Jan 7 2011
Amarin Corporation plc (Nasdaq: AMRN) (the "Company"), a clinical-stage biopharmaceutical company with a focus on cardiovascular disease, today announced that, in connection with its previously announced underwritten public offering of American Depositary Shares ("ADSs"), the underwriters of the offering have exercised in full their option to purchase up to an aggregate of 1,800,000 additional ADSs to cover over-allotments. The exercise of the over-allotment option increases the size of the offering to an aggregate of 13,800,000 ADSs at a public offering price of $7.60 per ADS. Amarin expects to receive from the offering net proceeds of approximately $100.2 million, after deducting underwriting discounts and commissions and other estimated offering expenses. The offering, including the purchase of the additional ADSs, is expected to close on or about January 11, 2011, subject to customary closing conditions.
Jefferies & Company, Inc. and Leerink Swann LLC are acting as joint book-running managers in the offering, and Canaccord Genuity Inc. is acting as co-lead manager for the offering. Amarin anticipates using the net proceeds from the offering to prepare for the commercialization of AMR101, its filing of a New Drug Application and for working capital and general corporate purposes.

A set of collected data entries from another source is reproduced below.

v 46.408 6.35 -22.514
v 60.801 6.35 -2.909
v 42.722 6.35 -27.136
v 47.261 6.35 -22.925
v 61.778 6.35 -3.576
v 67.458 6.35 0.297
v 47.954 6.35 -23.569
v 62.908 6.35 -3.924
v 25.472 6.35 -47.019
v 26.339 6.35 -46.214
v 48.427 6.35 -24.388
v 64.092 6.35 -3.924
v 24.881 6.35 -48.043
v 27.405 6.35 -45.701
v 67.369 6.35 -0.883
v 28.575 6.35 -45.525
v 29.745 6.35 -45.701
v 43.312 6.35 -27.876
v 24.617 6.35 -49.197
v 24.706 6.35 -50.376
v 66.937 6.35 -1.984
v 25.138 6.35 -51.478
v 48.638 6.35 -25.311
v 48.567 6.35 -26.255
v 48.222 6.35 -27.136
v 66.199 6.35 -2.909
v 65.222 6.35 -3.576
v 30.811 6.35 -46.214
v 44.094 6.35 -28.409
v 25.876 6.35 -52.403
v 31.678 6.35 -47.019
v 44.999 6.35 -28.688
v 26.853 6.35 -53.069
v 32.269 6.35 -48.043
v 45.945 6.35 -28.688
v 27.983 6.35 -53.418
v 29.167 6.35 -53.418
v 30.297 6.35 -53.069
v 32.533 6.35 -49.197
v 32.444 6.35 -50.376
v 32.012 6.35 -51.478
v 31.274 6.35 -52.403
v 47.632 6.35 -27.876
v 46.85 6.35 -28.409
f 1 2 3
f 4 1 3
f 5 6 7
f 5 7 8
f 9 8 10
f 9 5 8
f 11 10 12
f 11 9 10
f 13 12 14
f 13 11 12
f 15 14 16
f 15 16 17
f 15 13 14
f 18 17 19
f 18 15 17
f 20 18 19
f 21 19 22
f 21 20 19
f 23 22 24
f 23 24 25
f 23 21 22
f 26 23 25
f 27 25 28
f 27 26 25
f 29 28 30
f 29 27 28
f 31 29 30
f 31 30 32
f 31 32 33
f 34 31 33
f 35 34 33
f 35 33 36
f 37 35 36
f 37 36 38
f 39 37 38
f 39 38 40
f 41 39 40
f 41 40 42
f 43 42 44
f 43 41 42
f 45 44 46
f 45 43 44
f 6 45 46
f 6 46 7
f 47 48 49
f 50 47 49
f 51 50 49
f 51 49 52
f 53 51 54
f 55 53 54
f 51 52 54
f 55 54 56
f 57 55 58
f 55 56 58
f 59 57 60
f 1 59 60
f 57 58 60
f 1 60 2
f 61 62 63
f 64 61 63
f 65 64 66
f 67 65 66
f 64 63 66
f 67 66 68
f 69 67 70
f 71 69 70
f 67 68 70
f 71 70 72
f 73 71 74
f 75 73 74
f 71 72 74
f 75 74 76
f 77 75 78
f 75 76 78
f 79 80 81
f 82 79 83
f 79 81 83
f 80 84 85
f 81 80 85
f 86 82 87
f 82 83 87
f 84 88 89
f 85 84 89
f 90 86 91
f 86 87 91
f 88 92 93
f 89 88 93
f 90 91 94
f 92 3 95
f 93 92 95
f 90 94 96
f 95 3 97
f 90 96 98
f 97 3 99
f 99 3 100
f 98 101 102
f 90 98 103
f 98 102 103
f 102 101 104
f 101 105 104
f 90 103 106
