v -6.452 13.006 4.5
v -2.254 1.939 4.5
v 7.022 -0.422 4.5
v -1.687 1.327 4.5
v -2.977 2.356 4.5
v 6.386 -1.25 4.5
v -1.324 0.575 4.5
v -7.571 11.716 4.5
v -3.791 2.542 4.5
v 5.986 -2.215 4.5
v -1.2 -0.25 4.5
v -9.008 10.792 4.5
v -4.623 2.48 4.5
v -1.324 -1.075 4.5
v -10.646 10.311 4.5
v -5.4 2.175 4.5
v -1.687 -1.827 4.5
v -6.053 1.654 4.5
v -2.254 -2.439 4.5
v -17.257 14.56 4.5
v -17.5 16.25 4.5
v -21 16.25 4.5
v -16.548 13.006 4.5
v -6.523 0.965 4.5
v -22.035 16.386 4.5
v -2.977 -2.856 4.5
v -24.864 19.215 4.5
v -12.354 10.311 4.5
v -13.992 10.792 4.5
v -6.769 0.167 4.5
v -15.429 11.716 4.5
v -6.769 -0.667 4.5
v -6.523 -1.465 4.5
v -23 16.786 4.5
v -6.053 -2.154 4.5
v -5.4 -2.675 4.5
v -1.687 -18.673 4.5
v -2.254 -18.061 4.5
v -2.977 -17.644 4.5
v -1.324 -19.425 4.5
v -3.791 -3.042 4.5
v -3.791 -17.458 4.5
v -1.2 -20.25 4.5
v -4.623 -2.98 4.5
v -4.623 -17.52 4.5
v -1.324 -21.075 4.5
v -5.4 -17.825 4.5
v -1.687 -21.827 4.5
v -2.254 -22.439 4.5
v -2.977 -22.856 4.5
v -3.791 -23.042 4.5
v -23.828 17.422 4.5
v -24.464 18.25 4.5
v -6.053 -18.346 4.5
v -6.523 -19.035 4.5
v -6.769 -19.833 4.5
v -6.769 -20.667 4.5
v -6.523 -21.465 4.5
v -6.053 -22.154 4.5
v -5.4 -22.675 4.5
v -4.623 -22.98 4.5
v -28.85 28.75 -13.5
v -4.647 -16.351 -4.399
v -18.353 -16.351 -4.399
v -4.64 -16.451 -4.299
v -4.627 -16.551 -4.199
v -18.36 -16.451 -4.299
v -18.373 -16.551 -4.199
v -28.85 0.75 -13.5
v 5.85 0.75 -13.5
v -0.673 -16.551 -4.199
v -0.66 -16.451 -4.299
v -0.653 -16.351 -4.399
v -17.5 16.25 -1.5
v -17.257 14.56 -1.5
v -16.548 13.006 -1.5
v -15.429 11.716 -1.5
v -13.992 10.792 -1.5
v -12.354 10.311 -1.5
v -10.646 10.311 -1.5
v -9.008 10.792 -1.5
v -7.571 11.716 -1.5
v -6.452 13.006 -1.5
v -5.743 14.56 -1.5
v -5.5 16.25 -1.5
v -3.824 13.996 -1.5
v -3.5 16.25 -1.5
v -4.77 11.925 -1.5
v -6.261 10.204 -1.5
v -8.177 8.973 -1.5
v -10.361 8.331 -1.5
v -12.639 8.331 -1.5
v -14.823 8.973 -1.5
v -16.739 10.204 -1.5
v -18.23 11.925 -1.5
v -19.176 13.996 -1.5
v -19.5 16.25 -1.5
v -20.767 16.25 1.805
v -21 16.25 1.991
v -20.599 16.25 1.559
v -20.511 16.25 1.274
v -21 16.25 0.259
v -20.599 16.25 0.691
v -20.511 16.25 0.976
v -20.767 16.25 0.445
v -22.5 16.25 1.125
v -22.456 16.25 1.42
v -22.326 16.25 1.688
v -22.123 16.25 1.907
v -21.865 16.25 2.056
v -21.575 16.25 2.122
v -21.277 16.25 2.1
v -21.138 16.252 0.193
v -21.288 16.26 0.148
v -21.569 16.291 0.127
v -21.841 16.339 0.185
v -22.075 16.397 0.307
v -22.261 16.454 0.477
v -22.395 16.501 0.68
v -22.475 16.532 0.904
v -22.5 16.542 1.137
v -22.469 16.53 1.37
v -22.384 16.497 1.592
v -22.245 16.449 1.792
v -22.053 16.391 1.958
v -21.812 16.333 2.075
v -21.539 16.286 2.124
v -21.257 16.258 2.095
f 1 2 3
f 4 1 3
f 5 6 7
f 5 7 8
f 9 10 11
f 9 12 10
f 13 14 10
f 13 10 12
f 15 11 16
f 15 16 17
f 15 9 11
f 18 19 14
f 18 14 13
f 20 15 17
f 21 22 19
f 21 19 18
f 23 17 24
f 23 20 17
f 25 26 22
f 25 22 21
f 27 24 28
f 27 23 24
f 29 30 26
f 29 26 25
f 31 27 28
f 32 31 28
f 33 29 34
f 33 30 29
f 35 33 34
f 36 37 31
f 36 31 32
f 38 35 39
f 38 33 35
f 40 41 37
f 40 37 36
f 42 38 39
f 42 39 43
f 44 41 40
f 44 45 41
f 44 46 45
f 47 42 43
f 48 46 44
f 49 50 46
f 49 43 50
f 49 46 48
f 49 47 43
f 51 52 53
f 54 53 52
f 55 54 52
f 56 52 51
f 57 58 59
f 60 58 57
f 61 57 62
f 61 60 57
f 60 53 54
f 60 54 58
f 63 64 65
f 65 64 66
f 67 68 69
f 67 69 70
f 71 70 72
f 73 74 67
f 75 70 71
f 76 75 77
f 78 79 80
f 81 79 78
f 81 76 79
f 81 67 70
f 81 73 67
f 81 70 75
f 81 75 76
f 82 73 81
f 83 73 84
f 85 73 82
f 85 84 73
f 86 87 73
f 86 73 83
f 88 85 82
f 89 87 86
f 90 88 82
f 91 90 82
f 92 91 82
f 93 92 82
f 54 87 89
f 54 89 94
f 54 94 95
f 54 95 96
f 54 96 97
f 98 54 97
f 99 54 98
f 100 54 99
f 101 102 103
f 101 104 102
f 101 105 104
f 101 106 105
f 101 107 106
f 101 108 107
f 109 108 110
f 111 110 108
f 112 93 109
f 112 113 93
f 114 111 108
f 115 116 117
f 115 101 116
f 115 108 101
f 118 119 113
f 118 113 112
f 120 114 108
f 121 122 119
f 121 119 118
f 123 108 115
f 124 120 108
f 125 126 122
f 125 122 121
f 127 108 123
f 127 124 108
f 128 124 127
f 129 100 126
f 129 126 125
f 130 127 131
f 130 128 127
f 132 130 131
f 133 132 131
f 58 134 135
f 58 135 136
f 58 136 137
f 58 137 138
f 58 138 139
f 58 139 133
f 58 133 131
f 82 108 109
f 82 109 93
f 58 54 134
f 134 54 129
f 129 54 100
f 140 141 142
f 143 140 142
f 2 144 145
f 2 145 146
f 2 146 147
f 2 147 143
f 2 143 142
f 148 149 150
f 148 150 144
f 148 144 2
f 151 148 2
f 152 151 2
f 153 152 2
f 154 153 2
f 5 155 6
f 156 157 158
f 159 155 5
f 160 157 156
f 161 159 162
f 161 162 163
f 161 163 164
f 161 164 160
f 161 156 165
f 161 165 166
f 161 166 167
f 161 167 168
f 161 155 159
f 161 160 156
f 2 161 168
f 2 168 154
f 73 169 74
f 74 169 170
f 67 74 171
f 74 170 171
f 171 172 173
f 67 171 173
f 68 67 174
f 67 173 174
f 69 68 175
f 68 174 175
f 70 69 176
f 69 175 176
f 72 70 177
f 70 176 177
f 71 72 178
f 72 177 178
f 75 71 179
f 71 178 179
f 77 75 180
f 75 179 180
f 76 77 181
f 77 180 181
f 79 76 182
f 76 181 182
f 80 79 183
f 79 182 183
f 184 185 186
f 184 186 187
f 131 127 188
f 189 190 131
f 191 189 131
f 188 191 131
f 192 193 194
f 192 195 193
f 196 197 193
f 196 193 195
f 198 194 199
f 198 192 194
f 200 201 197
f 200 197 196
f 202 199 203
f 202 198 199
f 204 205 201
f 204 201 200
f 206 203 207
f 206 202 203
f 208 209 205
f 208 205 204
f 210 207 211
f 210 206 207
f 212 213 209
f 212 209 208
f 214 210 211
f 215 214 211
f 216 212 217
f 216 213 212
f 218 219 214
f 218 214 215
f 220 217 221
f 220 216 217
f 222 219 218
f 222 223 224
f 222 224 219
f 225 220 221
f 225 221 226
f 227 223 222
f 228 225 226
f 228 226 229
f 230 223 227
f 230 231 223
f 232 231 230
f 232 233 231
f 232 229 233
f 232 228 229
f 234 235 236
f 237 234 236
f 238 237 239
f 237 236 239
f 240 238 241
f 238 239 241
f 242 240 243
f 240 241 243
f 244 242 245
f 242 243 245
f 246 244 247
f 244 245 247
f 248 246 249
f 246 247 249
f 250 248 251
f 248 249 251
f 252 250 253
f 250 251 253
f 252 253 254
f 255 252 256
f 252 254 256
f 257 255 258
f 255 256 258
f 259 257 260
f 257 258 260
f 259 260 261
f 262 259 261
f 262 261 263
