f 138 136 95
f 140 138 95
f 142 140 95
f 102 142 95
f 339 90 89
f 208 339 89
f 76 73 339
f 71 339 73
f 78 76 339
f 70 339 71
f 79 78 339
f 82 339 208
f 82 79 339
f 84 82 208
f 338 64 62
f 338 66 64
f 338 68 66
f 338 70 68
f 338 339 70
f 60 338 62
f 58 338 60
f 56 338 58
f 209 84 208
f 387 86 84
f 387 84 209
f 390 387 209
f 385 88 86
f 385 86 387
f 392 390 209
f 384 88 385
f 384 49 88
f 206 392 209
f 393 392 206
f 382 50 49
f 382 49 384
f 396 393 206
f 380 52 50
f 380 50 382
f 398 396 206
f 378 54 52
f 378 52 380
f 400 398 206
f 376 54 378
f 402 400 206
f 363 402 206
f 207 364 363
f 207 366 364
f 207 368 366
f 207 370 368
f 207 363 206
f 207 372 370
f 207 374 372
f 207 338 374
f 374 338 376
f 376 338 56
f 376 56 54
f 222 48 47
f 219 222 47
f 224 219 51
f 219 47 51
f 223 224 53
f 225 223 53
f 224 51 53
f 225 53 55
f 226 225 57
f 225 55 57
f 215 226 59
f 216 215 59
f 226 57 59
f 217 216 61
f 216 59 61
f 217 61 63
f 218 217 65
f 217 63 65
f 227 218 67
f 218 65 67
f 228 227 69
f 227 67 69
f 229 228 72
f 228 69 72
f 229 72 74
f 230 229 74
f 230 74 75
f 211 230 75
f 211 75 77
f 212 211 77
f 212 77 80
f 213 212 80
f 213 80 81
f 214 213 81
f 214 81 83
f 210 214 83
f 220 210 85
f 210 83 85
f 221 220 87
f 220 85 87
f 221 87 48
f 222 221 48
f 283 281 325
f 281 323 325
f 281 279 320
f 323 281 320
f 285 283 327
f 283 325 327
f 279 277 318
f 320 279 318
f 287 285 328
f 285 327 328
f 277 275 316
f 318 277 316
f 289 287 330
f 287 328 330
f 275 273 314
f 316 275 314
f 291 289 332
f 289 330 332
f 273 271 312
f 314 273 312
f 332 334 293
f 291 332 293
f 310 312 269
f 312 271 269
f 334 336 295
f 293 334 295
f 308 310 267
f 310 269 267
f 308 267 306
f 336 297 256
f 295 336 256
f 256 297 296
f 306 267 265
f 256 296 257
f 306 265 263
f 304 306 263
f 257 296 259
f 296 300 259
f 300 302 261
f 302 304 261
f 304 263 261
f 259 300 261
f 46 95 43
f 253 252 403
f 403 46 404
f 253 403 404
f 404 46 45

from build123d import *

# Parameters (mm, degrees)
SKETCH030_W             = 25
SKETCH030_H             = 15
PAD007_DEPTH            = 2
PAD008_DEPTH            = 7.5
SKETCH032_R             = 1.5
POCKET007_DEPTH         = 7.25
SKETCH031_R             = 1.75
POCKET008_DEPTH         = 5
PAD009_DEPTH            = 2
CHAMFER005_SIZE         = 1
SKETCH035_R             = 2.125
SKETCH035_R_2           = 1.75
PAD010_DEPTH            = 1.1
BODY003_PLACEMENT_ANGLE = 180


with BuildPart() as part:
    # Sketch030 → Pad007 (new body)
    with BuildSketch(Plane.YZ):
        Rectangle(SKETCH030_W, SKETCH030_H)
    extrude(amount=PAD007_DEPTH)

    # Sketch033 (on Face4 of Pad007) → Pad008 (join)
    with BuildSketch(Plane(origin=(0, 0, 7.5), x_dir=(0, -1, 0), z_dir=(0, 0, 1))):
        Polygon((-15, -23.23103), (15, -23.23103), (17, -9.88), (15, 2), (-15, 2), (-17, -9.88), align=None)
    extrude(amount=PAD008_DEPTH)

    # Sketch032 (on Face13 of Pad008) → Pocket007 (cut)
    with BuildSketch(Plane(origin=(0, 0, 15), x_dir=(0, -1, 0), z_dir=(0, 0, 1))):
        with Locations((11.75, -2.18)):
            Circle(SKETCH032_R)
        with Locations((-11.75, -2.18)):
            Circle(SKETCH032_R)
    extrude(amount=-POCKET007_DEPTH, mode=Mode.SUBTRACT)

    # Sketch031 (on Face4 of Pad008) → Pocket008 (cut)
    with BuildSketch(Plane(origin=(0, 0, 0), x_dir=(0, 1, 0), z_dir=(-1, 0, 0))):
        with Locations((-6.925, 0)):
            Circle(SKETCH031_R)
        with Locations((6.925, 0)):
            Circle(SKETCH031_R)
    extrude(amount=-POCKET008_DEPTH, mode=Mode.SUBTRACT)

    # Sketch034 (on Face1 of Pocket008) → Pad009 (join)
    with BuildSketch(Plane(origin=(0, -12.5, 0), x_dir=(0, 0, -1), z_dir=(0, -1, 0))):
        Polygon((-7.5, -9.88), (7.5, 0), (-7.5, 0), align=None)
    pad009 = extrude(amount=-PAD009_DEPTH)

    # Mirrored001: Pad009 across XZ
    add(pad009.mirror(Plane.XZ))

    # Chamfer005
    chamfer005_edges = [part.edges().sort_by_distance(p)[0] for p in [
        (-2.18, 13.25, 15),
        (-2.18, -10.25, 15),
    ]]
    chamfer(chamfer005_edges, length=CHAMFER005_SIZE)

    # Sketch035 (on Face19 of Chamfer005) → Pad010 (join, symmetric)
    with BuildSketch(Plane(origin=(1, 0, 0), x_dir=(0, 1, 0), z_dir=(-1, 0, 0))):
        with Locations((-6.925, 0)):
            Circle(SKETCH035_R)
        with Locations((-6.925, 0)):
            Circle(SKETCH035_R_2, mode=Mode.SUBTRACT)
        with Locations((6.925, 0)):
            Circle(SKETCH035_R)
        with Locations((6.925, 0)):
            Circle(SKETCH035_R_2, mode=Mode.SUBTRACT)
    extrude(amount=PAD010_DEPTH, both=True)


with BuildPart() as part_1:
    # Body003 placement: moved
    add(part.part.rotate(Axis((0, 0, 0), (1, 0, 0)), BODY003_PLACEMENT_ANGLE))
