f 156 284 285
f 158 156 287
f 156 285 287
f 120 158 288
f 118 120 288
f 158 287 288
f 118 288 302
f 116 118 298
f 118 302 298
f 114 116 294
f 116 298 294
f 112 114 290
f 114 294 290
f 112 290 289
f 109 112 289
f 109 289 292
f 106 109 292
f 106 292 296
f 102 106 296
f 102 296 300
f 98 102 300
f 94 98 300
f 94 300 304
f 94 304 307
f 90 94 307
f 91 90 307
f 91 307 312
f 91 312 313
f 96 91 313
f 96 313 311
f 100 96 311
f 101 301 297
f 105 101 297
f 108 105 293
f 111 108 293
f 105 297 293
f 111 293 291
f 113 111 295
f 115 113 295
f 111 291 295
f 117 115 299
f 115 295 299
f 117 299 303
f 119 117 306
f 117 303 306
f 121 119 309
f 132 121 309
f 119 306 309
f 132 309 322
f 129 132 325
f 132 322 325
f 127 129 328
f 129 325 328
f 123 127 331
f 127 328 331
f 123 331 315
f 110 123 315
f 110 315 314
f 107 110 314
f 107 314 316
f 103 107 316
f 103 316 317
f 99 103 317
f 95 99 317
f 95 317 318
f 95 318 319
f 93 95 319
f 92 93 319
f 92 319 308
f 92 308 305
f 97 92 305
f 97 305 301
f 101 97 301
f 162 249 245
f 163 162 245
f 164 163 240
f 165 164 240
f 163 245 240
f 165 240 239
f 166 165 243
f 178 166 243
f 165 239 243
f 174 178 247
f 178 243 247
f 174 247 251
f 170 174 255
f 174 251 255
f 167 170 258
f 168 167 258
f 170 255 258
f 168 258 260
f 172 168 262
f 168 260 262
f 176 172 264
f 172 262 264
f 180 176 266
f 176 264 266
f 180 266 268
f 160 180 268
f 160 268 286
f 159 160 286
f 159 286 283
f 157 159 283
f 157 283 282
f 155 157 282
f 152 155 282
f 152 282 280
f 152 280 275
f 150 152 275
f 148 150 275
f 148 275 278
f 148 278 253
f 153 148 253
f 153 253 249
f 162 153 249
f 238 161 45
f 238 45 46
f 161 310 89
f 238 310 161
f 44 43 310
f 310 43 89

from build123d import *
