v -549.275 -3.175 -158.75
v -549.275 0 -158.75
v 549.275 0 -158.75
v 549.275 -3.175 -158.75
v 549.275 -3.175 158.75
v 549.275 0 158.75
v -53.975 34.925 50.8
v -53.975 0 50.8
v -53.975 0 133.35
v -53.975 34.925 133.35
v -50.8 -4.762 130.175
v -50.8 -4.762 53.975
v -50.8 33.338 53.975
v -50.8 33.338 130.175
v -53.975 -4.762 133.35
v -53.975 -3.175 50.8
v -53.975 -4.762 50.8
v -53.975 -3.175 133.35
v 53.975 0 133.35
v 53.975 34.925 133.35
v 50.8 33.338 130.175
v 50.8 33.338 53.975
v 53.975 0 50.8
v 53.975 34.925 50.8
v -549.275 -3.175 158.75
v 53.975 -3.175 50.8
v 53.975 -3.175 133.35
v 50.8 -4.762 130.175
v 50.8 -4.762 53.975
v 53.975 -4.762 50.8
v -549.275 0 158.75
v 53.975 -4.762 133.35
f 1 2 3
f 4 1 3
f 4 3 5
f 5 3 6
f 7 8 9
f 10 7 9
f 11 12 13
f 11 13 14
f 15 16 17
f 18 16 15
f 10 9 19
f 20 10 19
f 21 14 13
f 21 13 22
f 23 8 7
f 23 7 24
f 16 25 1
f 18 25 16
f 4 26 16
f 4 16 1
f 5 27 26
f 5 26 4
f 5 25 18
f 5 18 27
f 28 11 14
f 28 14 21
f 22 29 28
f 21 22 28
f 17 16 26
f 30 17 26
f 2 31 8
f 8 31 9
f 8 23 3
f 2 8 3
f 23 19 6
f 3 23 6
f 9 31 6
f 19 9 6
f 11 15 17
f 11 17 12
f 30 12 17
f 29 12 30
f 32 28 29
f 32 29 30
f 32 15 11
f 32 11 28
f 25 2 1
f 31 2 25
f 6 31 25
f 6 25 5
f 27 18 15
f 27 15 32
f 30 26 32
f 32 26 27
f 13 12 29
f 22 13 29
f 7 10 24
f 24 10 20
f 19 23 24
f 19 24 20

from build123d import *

# Parameters (mm, degrees)
F0_W     = 1098.55
F0_H     = 317.5
F1_DEPTH = 3.175
F2_W     = 107.95
F2_H     = 82.55
F3_DEPTH = 38.1
F4_DEPTH = 1.5875
F5_W     = 101.6
F5_H     = 76.2
F6_DEPTH = 38.1


with BuildPart() as f1:
    # F0 (on Front) → F1 (new body)
    with BuildSketch(Plane.XZ):
        Rectangle(F0_W, F0_H)
    extrude(amount=F1_DEPTH)

    # F2 (on face) → F3 (join)
    with BuildSketch(Plane.XZ.offset(3.175)):
        with Locations((0, 92.075)):
            Rectangle(F2_W, F2_H)
    extrude(amount=-F3_DEPTH)

    # F2 (on face) → F4 (join)
    with BuildSketch(Plane.XZ.offset(3.175)):
        with Locations((0, 92.075)):
            Rectangle(F2_W, F2_H)
    extrude(amount=F4_DEPTH)

    # F5 (on face) → F6 (cut)
    with BuildSketch(Plane.XZ.offset(4.7625)):
        with Locations((0, 92.075)):
            Rectangle(F5_W, F5_H)
    extrude(amount=-F6_DEPTH, mode=Mode.SUBTRACT)


solid = f1.part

The securities described above are being offered by Amarin pursuant to a shelf registration statement previously filed with and declared effective by the Securities and Exchange Commission (the "SEC") on November 23, 2010. Copies of the base prospectus, preliminary prospectus supplement and related prospectuses relating to these securities may be obtained from Equity Syndicate Prospectus Department, Jefferies & Company, Inc., 520 Madison Avenue, 12th Floor, New York, NY, 10022, at 877-547-6340, and at [email protected]. Electronic copies of the base prospectus, preliminary prospectus supplement and related prospectuses for the offering are also available on the SEC's website, www.sec.gov.